# rotor sizing



## r.wesson (Jan 21, 2008)

I am hearing alot about the numbers of a rotor so what does a rotor with bigger numbers do versus one with smaller numbers torque, speed,etc. Thanks.


----------



## KOZ (Mar 8, 2002)

r.wesson said:


> I am hearing alot about the numbers of a rotor so what does a rotor with bigger numbers do versus one with smaller numbers torque, speed,etc. Thanks.


typically the larger dia rotor has more torque,smaller diameter generally has more rpm.

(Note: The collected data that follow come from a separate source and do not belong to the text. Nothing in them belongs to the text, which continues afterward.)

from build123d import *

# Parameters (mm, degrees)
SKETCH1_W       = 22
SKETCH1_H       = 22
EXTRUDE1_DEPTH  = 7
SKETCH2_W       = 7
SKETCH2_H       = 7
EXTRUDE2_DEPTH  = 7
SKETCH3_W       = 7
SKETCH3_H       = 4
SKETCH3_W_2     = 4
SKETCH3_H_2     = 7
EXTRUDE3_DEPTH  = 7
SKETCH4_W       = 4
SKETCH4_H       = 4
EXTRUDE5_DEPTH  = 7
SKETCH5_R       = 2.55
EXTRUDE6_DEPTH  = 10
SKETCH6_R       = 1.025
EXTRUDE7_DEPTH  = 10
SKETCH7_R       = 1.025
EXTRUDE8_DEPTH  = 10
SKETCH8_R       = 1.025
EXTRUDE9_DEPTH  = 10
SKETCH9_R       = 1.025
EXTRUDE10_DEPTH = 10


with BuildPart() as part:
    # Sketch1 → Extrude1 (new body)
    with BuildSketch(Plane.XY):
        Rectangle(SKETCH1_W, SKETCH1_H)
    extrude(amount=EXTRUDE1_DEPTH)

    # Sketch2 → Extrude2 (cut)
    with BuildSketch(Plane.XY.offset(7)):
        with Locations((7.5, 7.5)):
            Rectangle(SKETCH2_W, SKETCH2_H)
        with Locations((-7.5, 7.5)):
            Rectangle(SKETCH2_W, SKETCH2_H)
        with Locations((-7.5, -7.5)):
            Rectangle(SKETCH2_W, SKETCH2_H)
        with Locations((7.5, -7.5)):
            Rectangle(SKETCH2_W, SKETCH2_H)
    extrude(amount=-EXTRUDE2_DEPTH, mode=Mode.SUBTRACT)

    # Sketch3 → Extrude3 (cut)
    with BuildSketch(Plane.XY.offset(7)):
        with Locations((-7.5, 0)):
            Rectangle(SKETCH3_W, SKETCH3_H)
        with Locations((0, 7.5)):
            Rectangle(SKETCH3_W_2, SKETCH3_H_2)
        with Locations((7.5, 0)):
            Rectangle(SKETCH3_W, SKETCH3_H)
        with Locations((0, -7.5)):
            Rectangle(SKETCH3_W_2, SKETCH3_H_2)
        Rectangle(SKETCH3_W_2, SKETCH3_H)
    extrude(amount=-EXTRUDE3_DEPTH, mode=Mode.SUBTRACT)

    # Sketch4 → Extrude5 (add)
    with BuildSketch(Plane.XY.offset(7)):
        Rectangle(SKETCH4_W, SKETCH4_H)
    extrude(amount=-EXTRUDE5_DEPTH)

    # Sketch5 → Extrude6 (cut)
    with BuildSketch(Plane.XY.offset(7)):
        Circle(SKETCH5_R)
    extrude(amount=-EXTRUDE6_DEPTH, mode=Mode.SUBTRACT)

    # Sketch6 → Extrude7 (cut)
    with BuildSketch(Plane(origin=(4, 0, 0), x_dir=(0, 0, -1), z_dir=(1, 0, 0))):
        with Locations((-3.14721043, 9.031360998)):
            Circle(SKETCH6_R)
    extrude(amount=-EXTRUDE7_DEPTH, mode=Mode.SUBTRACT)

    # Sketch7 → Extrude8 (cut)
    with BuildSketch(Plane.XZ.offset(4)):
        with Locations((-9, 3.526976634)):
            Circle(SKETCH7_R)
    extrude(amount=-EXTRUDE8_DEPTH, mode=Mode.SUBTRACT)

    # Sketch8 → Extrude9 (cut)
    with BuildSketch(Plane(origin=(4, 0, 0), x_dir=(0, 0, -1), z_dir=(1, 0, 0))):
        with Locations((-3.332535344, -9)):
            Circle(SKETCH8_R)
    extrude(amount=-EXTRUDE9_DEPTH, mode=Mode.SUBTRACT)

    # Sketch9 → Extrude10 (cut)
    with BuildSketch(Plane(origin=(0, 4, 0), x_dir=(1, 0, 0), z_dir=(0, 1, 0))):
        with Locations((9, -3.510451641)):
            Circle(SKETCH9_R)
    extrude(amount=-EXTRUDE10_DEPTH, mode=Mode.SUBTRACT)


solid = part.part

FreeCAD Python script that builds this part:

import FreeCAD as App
import Part
import Sketcher

V = App.Vector

doc = App.newDocument("Part")
body = doc.addObject("PartDesign::Body", "Body")

# Sketch on XY plane
sketch1 = body.newObject("Sketcher::SketchObject", "Sketch")
sketch1.AttachmentSupport = (doc.getObject("XY_Plane"), [""])
sketch1.MapMode = "FlatFace"
sketch1.addGeometry(Part.LineSegment(V(-11, 11, 0), V(-11, -11, 0)), False)
sketch1.addGeometry(Part.LineSegment(V(-11, -11, 0), V(11, -11, 0)), False)
sketch1.addGeometry(Part.LineSegment(V(11, -11, 0), V(11, 11, 0)), False)
sketch1.addGeometry(Part.LineSegment(V(11, 11, 0), V(-11, 11, 0)), False)
sketch1.addConstraint(Sketcher.Constraint("Coincident", 0, 2, 1, 1))
sketch1.addConstraint(Sketcher.Constraint("Coincident", 1, 2, 2, 1))
sketch1.addConstraint(Sketcher.Constraint("Coincident", 2, 2, 3, 1))
sketch1.addConstraint(Sketcher.Constraint("Coincident", 3, 2, 0, 1))
sketch1.addConstraint(Sketcher.Constraint("Vertical", 0))
sketch1.addConstraint(Sketcher.Constraint("Horizontal", 1))
sketch1.addConstraint(Sketcher.Constraint("Vertical", 2))
sketch1.addConstraint(Sketcher.Constraint("Horizontal", 3))
sketch1.addConstraint(Sketcher.Constraint("Symmetric", 0, 2, 2, 2, -1, 1))
sketch1.addConstraint(Sketcher.Constraint("Equal", 3, 0))
sketch1.addConstraint(Sketcher.Constraint("DistanceX", 1, 1, 1, 2, 22.0))
pad1 = body.newObject("PartDesign::Pad", "Pad")
pad1.Profile = sketch1
pad1.Length = 7

# Sketch on XY plane
sketch2 = body.newObject("Sketcher::SketchObject", "Sketch001")
sketch2.AttachmentSupport = (doc.getObject("XY_Plane"), [""])
sketch2.MapMode = "FlatFace"
sketch2.AttachmentOffset = App.Placement(V(0, 0, 7), App.Rotation())
sketch2.addGeometry(Part.LineSegment(V(4, 11, 0), V(4, 4, 0)), False)
sketch2.addGeometry(Part.LineSegment(V(4, 4, 0), V(11, 4, 0)), False)
sketch2.addGeometry(Part.LineSegment(V(11, 4, 0), V(11, 11, 0)), False)
sketch2.addGeometry(Part.LineSegment(V(11, 11, 0), V(4, 11, 0)), False)
sketch2.addGeometry(Part.LineSegment(V(-11, 11, 0), V(-11, 4, 0)), False)
sketch2.addGeometry(Part.LineSegment(V(-11, 4, 0), V(-4, 4, 0)), False)
sketch2.addGeometry(Part.LineSegment(V(-4, 4, 0), V(-4, 11, 0)), False)
sketch2.addGeometry(Part.LineSegment(V(-4, 11, 0), V(-11, 11, 0)), False)
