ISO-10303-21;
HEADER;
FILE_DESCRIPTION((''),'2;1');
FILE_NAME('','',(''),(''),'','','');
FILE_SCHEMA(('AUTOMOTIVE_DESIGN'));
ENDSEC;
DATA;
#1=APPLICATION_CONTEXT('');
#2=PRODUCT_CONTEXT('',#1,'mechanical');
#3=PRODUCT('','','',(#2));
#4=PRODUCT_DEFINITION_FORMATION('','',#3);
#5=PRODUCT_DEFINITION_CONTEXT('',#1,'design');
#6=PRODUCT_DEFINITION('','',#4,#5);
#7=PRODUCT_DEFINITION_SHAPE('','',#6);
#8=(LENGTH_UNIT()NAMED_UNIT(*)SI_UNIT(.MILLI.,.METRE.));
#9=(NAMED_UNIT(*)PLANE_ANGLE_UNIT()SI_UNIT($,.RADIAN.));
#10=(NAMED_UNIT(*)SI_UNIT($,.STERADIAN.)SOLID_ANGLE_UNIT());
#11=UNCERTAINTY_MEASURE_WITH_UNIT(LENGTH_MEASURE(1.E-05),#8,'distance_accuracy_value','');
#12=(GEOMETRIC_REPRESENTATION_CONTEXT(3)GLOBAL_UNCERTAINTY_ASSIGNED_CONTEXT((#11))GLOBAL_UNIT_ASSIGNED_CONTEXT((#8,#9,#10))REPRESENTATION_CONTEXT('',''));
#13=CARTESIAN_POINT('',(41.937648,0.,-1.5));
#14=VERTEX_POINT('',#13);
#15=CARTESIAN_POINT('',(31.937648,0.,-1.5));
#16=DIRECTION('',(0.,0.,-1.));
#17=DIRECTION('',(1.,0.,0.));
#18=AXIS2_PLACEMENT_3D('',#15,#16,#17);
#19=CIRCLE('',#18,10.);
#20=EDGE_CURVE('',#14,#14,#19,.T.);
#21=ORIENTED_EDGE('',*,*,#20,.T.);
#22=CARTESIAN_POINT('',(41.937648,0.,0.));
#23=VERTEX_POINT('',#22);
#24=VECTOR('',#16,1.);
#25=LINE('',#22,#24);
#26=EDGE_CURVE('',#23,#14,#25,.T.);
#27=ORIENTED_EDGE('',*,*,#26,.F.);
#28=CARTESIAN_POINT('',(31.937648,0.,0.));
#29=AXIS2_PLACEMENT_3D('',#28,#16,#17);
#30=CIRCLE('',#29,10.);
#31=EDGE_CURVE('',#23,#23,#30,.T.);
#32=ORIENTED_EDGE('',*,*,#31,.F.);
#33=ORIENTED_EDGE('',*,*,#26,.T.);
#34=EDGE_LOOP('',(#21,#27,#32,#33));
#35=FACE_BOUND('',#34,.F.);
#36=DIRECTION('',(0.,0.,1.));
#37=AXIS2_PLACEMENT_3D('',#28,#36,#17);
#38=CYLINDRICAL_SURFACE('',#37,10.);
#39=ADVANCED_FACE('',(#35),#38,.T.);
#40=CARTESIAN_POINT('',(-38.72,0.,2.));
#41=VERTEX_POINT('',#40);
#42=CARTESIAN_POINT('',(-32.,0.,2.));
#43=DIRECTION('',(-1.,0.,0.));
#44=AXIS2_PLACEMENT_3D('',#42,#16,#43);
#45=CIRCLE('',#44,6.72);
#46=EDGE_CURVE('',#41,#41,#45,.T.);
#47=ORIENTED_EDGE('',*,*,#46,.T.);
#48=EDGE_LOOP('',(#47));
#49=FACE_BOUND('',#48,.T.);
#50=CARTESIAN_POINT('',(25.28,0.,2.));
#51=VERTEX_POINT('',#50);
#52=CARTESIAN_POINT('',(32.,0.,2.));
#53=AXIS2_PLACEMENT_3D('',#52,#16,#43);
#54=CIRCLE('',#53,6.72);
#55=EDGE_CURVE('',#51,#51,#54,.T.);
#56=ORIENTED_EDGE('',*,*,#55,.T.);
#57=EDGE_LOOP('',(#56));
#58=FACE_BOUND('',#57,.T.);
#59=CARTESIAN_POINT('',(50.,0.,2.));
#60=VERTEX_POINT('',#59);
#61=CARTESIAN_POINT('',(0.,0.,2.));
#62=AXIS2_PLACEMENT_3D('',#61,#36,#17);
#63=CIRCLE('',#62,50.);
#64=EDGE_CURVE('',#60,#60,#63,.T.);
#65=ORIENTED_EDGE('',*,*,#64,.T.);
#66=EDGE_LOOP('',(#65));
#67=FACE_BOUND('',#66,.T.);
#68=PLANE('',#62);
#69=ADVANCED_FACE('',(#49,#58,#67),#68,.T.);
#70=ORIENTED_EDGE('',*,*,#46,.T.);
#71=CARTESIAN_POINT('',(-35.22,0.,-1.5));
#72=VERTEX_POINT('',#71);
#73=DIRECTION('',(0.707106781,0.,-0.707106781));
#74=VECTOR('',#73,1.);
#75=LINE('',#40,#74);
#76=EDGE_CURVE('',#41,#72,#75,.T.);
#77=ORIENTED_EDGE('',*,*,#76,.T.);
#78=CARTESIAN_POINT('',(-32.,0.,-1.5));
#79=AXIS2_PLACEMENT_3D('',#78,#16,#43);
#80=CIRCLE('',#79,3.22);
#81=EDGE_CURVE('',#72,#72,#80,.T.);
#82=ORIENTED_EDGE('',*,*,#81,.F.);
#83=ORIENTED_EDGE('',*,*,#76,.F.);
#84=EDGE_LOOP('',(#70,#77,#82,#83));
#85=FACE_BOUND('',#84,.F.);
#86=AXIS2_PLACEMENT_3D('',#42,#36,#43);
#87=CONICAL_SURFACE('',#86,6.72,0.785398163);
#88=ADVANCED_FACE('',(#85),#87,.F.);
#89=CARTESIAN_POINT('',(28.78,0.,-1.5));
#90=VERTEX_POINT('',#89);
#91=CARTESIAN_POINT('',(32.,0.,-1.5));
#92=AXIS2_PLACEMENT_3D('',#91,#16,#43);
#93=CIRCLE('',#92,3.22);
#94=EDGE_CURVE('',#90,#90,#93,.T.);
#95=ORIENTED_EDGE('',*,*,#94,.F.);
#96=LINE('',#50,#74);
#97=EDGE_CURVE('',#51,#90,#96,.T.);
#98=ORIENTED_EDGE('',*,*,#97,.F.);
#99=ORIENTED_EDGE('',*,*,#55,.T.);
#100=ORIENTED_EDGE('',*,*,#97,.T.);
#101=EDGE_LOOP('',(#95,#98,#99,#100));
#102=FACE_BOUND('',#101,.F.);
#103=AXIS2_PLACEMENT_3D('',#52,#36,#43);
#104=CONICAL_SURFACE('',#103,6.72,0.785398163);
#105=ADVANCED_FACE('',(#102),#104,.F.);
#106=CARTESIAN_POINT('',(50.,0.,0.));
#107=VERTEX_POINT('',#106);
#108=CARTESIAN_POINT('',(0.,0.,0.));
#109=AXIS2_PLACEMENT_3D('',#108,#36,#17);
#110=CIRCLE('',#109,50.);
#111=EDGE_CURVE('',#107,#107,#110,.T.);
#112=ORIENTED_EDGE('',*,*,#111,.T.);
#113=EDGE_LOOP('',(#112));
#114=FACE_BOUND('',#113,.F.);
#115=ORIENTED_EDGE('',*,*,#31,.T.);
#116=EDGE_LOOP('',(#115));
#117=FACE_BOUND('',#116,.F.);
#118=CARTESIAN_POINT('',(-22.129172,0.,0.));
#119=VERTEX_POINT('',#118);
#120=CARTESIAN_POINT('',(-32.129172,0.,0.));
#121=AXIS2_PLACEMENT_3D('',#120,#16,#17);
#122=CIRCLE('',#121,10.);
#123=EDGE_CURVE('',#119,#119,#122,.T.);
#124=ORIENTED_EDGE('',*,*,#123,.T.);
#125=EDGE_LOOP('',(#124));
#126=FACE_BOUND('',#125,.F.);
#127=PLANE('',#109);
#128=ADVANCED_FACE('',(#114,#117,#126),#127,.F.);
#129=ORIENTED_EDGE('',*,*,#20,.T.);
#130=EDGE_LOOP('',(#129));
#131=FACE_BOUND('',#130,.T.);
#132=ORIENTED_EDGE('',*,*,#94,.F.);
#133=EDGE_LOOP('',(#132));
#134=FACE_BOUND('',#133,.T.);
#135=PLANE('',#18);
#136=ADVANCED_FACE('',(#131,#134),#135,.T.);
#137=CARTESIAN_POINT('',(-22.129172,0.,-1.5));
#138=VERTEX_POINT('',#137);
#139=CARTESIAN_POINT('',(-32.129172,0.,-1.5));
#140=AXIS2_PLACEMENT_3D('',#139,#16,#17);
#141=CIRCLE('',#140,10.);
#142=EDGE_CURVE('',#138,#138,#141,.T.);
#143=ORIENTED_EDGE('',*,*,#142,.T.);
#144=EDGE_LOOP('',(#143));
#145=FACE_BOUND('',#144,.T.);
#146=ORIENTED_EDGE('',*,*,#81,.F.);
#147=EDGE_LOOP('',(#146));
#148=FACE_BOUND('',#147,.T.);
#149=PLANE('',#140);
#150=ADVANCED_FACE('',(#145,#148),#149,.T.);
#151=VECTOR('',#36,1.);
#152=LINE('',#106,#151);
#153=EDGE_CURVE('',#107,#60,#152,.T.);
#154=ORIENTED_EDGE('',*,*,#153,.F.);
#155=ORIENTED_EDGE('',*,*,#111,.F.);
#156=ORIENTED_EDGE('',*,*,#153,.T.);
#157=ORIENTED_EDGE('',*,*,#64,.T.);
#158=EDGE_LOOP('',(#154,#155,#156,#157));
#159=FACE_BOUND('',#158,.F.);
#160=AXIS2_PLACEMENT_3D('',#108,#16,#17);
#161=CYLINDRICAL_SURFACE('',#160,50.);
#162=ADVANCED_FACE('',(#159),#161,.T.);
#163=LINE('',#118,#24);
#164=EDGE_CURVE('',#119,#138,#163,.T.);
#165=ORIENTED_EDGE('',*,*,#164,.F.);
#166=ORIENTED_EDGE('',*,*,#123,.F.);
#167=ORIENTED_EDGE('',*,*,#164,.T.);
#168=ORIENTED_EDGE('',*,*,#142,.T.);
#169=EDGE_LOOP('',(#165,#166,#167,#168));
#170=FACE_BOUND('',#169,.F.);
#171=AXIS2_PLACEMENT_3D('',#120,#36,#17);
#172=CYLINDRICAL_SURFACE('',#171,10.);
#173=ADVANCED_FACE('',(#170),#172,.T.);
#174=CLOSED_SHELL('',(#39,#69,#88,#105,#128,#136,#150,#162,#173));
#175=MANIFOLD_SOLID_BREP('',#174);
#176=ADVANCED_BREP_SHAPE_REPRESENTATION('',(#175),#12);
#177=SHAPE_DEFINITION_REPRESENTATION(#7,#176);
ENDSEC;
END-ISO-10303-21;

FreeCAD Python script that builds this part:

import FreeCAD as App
import Part
import Sketcher
from FreeCAD import Vector
Q = App.Units.Quantity

doc = App.newDocument("Part")
body = doc.addObject("PartDesign::Body", "Body")

sketch1 = body.newObject("Sketcher::SketchObject", "Sketch")
sketch1.AttachmentSupport = (doc.getObject("XY_Plane"), [""])
sketch1.MapMode = "FlatFace"
sketch1.addGeometry(Part.Circle(Vector(0, 0, 0), Vector(0, 0, 1), 50), False)
sketch1.addConstraint([
    Sketcher.Constraint("Coincident", 0, 3, -1, 1),
    Sketcher.Constraint("Diameter", 0, Q("100 mm")),
])
pad1 = body.newObject("PartDesign::Pad", "Pad")
pad1.Profile = sketch1
pad1.Length = 2

sketch2 = body.newObject("Sketcher::SketchObject", "Sketch001")
sketch2.AttachmentSupport = (doc.getObject("XY_Plane"), [""])
sketch2.MapMode = "FlatFace"
sketch2.addGeometry([
    Part.Circle(Vector(31.937648, 0, 0), Vector(0, 0, 1), 10),
    Part.Circle(Vector(-32.129172, 0, 0), Vector(0, 0, 1), 10),
], False)
sketch2.addConstraint([
    Sketcher.Constraint("Equal", 0, 1),
    Sketcher.Constraint("PointOnObject", 0, 3, -1),
    Sketcher.Constraint("PointOnObject", 1, 3, -1),
    Sketcher.Constraint("Diameter", 0, Q("20 mm")),
    Sketcher.Constraint("DistanceX", 1, 3, 0, 3, Q("64.06682 mm")),
    Sketcher.Constraint("DistanceX", -1, 1, 0, 3, Q("31.937648 mm")),
])
pad2 = body.newObject("PartDesign::Pad", "Pad001")
pad2.Profile = sketch2
pad2.Length = 1.5
pad2.Reversed = True

sketch3 = body.newObject("Sketcher::SketchObject", "Sketch002")
sketch3.AttachmentSupport = (doc.getObject("XY_Plane"), [""])
sketch3.MapMode = "FlatFace"
sketch3.AttachmentOffset = App.Placement(Vector(0, 0, 2), App.Rotation())
sketch3.addGeometry([
    Part.Circle(Vector(-32, 0, 0), Vector(0, 0, 1), 3.2),
    Part.Circle(Vector(32, 0, 0), Vector(0, 0, 1), 3.2),
], False)
sketch3.addConstraint([
    Sketcher.Constraint("Equal", 0, 1),
    Sketcher.Constraint("Symmetric", 0, 3, 1, 3, -1, 1),
    Sketcher.Constraint("PointOnObject", 0, 3, -1),
    Sketcher.Constraint("Diameter", 0, Q("6.4 mm")),
    Sketcher.Constraint("DistanceX", 0, 3, -1, 1, Q("32 mm")),
])
doc.recompute()
hole = body.newObject("PartDesign::Hole", "Hole")
hole.Profile = sketch3
hole.ThreadType = "None"
hole.Diameter = 6.4
hole.DepthType = "ThroughAll"
hole.HoleCutType = "Countersink"
hole.HoleCutDiameter = 13.44
hole.HoleCutCountersinkAngle = 90

doc.recompute()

Stronger gauss {magnetic strength} usually makes more torque and can run cooler,and pull more gear,versus a lower gauss strength rotor usually makes more rpm,and would need to be geared lower.


----------



## TeamGoodwrench (Oct 14, 2002)

OK -- so for oval racing with a Epic D3 -- they have 12.3 and 12.5 mm rotors that are both marked "high rpm". Which should you use ??


----------



## RPM (Dec 20, 2004)

TeamGoodwrench said:


> OK -- so for oval racing with a Epic D3 -- they have 12.3 and 12.5 mm rotors that are both marked "high rpm". Which should you use ??


If the track rules allow this I would run a 12.5 rotor:thumbsup:


----------



## RPM (Dec 20, 2004)

KOZ said:


> typically the larger dia rotor has more torque,smaller diameter generally has more rpm.
> 
> Stronger gauss {magnetic strength} usually makes more torque and can run cooler,and pull more gear,versus a lower gauss strength rotor usually makes more rpm,and would need to be geared lower.


So true!
I'm finding higher KV motors like the bigger rotors.
Gear to the moon! LOL!


----------



## caalvord (Mar 12, 2010)

who sells the most affordable tool for checking motors?


----------



## Hastings (Aug 9, 2002)

Depends on what your checking. If your looking at Induction numbers, theres the BK meter not sure off top my head what model number is, around 100 bucks or so I believe.

If your looking at resistance numbers theres the MMS meter. I believe the new one does everything.....don't quote me on that though!!!!!


----------